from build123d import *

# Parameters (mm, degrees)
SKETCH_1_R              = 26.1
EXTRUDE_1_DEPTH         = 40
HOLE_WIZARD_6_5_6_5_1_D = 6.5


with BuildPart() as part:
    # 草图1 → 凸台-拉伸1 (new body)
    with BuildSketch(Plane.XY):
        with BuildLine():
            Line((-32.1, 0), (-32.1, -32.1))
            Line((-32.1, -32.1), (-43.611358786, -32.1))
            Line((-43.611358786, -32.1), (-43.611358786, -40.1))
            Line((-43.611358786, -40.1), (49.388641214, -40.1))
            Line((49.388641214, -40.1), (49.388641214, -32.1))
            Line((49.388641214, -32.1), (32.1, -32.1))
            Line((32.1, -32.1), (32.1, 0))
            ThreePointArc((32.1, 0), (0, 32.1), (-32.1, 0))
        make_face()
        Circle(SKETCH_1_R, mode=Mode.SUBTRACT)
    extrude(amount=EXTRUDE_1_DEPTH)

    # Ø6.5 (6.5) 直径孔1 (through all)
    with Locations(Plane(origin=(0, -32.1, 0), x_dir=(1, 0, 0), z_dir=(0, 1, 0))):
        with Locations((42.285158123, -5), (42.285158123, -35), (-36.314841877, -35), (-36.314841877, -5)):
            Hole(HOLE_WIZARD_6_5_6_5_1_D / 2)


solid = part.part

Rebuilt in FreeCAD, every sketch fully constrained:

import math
import FreeCAD as App
import Part
import Sketcher

V = App.Vector
Q = App.Units.Quantity

doc = App.newDocument("Part")
body = doc.addObject("PartDesign::Body", "Body")

# Sketch on XY plane
sketch1 = body.newObject("Sketcher::SketchObject", "Sketch")
sketch1.AttachmentSupport = (doc.getObject("XY_Plane"), [""])
sketch1.MapMode = "FlatFace"
sketch1.addGeometry([
    Part.LineSegment(V(-32, 0, 0), V(-32, -32, 0)),  # 0
    Part.LineSegment(V(-32, -32, 0), V(-44, -32, 0)),  # 1
    Part.LineSegment(V(-44, -32, 0), V(-44, -40, 0)),  # 2
    Part.LineSegment(V(-44, -40, 0), V(49, -40, 0)),  # 3
    Part.LineSegment(V(49, -40, 0), V(49, -32, 0)),  # 4
    Part.LineSegment(V(49, -32, 0), V(32, -32, 0)),  # 5
    Part.LineSegment(V(32, -32, 0), V(32, 0, 0)),  # 6
    Part.ArcOfCircle(Part.Circle(V(0, 0, 0), V(0, 0, 1), 32), math.radians(0), math.radians(180)),  # 7
    Part.Circle(V(0, 0, 0), V(0, 0, 1), 26),  # 8
], False)
sketch1.addConstraint([
    Sketcher.Constraint("Coincident", 0, 2, 1, 1),
    Sketcher.Constraint("Coincident", 1, 2, 2, 1),
    Sketcher.Constraint("Coincident", 2, 2, 3, 1),
    Sketcher.Constraint("Coincident", 3, 2, 4, 1),
    Sketcher.Constraint("Coincident", 4, 2, 5, 1),
    Sketcher.Constraint("Coincident", 5, 2, 6, 1),
    Sketcher.Constraint("Tangent", 6, 2, 7, 1),
    Sketcher.Constraint("Tangent", 7, 2, 0, 1),
    Sketcher.Constraint("Vertical", 0),
    Sketcher.Constraint("Horizontal", 1),
    Sketcher.Constraint("Vertical", 2),
    Sketcher.Constraint("Horizontal", 3),
    Sketcher.Constraint("Vertical", 4),
    Sketcher.Constraint("Horizontal", 5),
    Sketcher.Constraint("Vertical", 6),
    Sketcher.Constraint("Coincident", 7, 3, -1, 1),
    Sketcher.Constraint("Coincident", 8, 3, -1, 1),
    Sketcher.Constraint("Horizontal", 1, 2, 4, 2),
    Sketcher.Constraint("Diameter", 8, Q("52.2 mm")),
    Sketcher.Constraint("Radius", 7, Q("32.1 mm")),
    Sketcher.Constraint("DistanceX", 3, 1, 3, 2, Q("93 mm")),
    Sketcher.Constraint("DistanceY", 2, 2, 2, 1, Q("8 mm")),
    Sketcher.Constraint("DistanceY", 0, 2, 0, 1, Q("32.1 mm")),
    Sketcher.Constraint("DistanceX", 1, 2, 1, 1, Q("11.511359 mm")),
])
pad1 = body.newObject("PartDesign::Pad", "Pad")
pad1.Profile = sketch1
pad1.Length = 40

# Sketch on XZ plane
sketch2 = body.newObject("Sketcher::SketchObject", "Sketch001")
sketch2.AttachmentSupport = (doc.getObject("XZ_Plane"), [""])
sketch2.MapMode = "FlatFace"
sketch2.AttachmentOffset = App.Placement(V(0, 0, 32.1), App.Rotation())
sketch2.addGeometry([
    Part.Circle(V(42.3, 5, 0), V(0, 0, 1), 3.2),
    Part.Circle(V(42.3, 35, 0), V(0, 0, 1), 3.2),
    Part.Circle(V(-36.3, 35, 0), V(0, 0, 1), 3.2),
    Part.Circle(V(-36.3, 5, 0), V(0, 0, 1), 3.2),
], False)
sketch2.addConstraint([
    Sketcher.Constraint("Equal", 0, 1),
    Sketcher.Constraint("Equal", 1, 2),
    Sketcher.Constraint("Equal", 2, 3),
    Sketcher.Constraint("Horizontal", 1, 3, 2, 3),
    Sketcher.Constraint("Horizontal", 0, 3, 3, 3),
    Sketcher.Constraint("Vertical", 0, 3, 1, 3),
    Sketcher.Constraint("Vertical", 2, 3, 3, 3),
    Sketcher.Constraint("Diameter", 0, Q("6.5 mm")),
    Sketcher.Constraint("DistanceY", -1, 1, 0, 3, Q("5 mm")),
    Sketcher.Constraint("DistanceY", -1, 1, 1, 3, Q("35 mm")),
    Sketcher.Constraint("DistanceX", 2, 3, 1, 3, Q("78.6 mm")),
    Sketcher.Constraint("DistanceX", -1, 1, 0, 3, Q("42.285158 mm")),
])
doc.recompute()
hole = body.newObject("PartDesign::Hole", "Hole")
hole.Profile = sketch2
hole.ThreadType = "None"
hole.Diameter = 6.5
hole.DepthType = "ThroughAll"
hole.Reversed = True

doc.recompute()
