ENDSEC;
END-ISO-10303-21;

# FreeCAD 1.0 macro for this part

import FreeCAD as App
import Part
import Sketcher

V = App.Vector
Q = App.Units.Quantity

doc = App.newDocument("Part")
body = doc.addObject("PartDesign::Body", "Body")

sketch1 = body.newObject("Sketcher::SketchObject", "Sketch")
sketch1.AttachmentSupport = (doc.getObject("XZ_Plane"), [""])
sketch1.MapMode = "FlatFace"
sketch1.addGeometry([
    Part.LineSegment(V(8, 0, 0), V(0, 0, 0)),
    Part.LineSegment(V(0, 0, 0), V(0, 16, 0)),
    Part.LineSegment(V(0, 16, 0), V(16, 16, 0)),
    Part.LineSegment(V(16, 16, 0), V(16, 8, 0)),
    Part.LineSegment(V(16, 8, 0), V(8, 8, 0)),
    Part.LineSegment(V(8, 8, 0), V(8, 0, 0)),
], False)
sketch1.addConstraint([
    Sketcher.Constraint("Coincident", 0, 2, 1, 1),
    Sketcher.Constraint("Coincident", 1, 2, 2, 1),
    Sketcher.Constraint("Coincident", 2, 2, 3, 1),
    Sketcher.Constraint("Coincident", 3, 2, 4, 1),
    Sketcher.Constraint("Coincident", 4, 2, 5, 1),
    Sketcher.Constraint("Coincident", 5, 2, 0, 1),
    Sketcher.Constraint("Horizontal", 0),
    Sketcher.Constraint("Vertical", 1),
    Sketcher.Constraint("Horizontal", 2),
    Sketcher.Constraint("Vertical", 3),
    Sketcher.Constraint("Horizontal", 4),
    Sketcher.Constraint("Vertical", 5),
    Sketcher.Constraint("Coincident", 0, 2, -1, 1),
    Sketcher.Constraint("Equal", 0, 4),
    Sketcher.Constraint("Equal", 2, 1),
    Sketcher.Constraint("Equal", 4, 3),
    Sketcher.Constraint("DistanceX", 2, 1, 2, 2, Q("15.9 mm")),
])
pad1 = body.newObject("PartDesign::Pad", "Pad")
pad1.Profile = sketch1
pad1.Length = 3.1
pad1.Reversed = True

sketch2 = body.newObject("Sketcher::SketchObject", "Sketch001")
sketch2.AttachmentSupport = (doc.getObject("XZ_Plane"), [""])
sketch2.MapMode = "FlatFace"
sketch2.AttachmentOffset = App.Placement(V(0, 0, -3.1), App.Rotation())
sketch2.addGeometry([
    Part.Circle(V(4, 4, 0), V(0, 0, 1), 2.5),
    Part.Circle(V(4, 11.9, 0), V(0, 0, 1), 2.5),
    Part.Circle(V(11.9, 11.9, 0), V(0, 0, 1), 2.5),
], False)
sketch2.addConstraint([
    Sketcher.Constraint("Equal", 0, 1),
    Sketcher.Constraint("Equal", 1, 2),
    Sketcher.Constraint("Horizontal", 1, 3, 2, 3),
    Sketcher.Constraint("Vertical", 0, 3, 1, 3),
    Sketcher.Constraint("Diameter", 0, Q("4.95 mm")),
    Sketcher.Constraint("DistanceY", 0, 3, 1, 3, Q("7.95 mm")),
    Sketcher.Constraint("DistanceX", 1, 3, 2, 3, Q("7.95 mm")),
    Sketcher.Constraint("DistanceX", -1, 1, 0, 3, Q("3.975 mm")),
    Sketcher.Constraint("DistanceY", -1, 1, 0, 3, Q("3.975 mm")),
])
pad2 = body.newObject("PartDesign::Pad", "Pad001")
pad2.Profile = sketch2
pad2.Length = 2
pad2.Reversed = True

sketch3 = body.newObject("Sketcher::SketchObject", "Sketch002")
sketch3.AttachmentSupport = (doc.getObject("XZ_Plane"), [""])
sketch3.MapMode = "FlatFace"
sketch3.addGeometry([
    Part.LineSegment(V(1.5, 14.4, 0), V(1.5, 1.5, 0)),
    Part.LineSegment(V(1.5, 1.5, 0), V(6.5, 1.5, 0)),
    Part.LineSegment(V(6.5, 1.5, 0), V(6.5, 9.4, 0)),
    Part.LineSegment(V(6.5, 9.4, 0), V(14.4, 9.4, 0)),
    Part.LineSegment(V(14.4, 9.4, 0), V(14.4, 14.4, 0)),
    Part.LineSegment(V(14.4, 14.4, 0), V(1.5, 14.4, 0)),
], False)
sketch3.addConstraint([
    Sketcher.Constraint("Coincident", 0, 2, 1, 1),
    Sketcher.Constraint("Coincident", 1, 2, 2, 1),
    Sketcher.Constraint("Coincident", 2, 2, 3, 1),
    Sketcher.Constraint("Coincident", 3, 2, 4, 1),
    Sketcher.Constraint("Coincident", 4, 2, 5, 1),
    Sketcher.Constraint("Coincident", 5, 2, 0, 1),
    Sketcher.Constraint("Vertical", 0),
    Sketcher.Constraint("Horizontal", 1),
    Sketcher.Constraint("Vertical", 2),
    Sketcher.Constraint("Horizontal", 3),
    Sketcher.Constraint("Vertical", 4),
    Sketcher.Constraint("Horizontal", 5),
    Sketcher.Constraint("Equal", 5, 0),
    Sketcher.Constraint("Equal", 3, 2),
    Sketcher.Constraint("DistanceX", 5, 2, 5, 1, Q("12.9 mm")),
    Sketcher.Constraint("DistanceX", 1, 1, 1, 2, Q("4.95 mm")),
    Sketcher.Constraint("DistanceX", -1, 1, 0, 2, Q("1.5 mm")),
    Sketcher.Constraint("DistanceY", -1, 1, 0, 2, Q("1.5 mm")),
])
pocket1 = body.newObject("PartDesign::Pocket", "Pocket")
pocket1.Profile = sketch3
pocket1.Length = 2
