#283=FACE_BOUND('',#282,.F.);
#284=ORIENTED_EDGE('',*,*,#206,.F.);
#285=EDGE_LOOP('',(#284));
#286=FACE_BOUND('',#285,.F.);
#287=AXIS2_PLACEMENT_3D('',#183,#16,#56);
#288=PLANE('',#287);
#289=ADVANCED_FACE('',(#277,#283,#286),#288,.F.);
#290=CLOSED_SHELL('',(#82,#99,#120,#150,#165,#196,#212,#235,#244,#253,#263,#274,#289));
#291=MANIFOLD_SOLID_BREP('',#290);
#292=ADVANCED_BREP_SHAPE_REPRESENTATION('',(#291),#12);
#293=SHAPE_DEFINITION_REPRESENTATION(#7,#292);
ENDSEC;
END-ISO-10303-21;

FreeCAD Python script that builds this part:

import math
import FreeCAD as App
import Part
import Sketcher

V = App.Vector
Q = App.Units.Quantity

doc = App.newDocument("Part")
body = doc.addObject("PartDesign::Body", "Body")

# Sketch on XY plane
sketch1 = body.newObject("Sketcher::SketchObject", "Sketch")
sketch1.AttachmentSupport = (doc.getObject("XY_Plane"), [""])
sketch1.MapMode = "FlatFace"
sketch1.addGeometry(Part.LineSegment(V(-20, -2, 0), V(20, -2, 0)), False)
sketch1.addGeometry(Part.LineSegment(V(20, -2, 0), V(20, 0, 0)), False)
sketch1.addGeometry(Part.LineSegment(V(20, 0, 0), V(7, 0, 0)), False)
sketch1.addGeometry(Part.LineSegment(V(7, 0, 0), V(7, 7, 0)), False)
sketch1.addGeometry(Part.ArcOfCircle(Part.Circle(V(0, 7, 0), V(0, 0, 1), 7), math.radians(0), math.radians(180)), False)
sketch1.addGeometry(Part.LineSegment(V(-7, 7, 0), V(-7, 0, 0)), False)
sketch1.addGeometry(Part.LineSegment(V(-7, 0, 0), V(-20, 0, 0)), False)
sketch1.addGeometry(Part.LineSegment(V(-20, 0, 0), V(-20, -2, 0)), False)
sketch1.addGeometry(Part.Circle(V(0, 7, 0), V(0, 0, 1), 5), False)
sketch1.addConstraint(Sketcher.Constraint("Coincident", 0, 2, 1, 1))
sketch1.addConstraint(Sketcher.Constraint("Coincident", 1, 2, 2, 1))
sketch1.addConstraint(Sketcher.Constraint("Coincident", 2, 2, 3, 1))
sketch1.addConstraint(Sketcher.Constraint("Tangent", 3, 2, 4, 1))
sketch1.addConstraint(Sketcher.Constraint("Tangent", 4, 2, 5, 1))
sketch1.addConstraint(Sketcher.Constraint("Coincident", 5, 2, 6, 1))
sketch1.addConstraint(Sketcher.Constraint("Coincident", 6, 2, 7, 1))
● ● ● ● ● ● ●
**What to produce:** Could you return exactly the lines above from the line with "HOLE_WIZARD_6_5_6_5_1_D = 6.5" to the line with "Rebuilt in FreeCAD, every", both included, and nothing else?

**Exercise solution:**
HOLE_WIZARD_6_5_6_5_1_D = 6.5


with BuildPart() as part:
    # 草图1 → 凸台-拉伸1 (new body)
    with BuildSketch(Plane.XY):
        with BuildLine():
            Line((-32.1, 0), (-32.1, -32.1))
            Line((-32.1, -32.1), (-43.611358786, -32.1))
            Line((-43.611358786, -32.1), (-43.611358786, -40.1))
            Line((-43.611358786, -40.1), (49.388641214, -40.1))
            Line((49.388641214, -40.1), (49.388641214, -32.1))
            Line((49.388641214, -32.1), (32.1, -32.1))
            Line((32.1, -32.1), (32.1, 0))
            ThreePointArc((32.1, 0), (0, 32.1), (-32.1, 0))
        make_face()
        Circle(SKETCH_1_R, mode=Mode.SUBTRACT)
    extrude(amount=EXTRUDE_1_DEPTH)

    # Ø6.5 (6.5) 直径孔1 (through all)
    with Locations(Plane(origin=(0, -32.1, 0), x_dir=(1, 0, 0), z_dir=(0, 1, 0))):
        with Locations((42.285158123, -5), (42.285158123, -35), (-36.314841877, -35), (-36.314841877, -5)):
            Hole(HOLE_WIZARD_6_5_6_5_1_D / 2)


solid = part.part

Rebuilt in FreeCAD, every sketch fully constrained:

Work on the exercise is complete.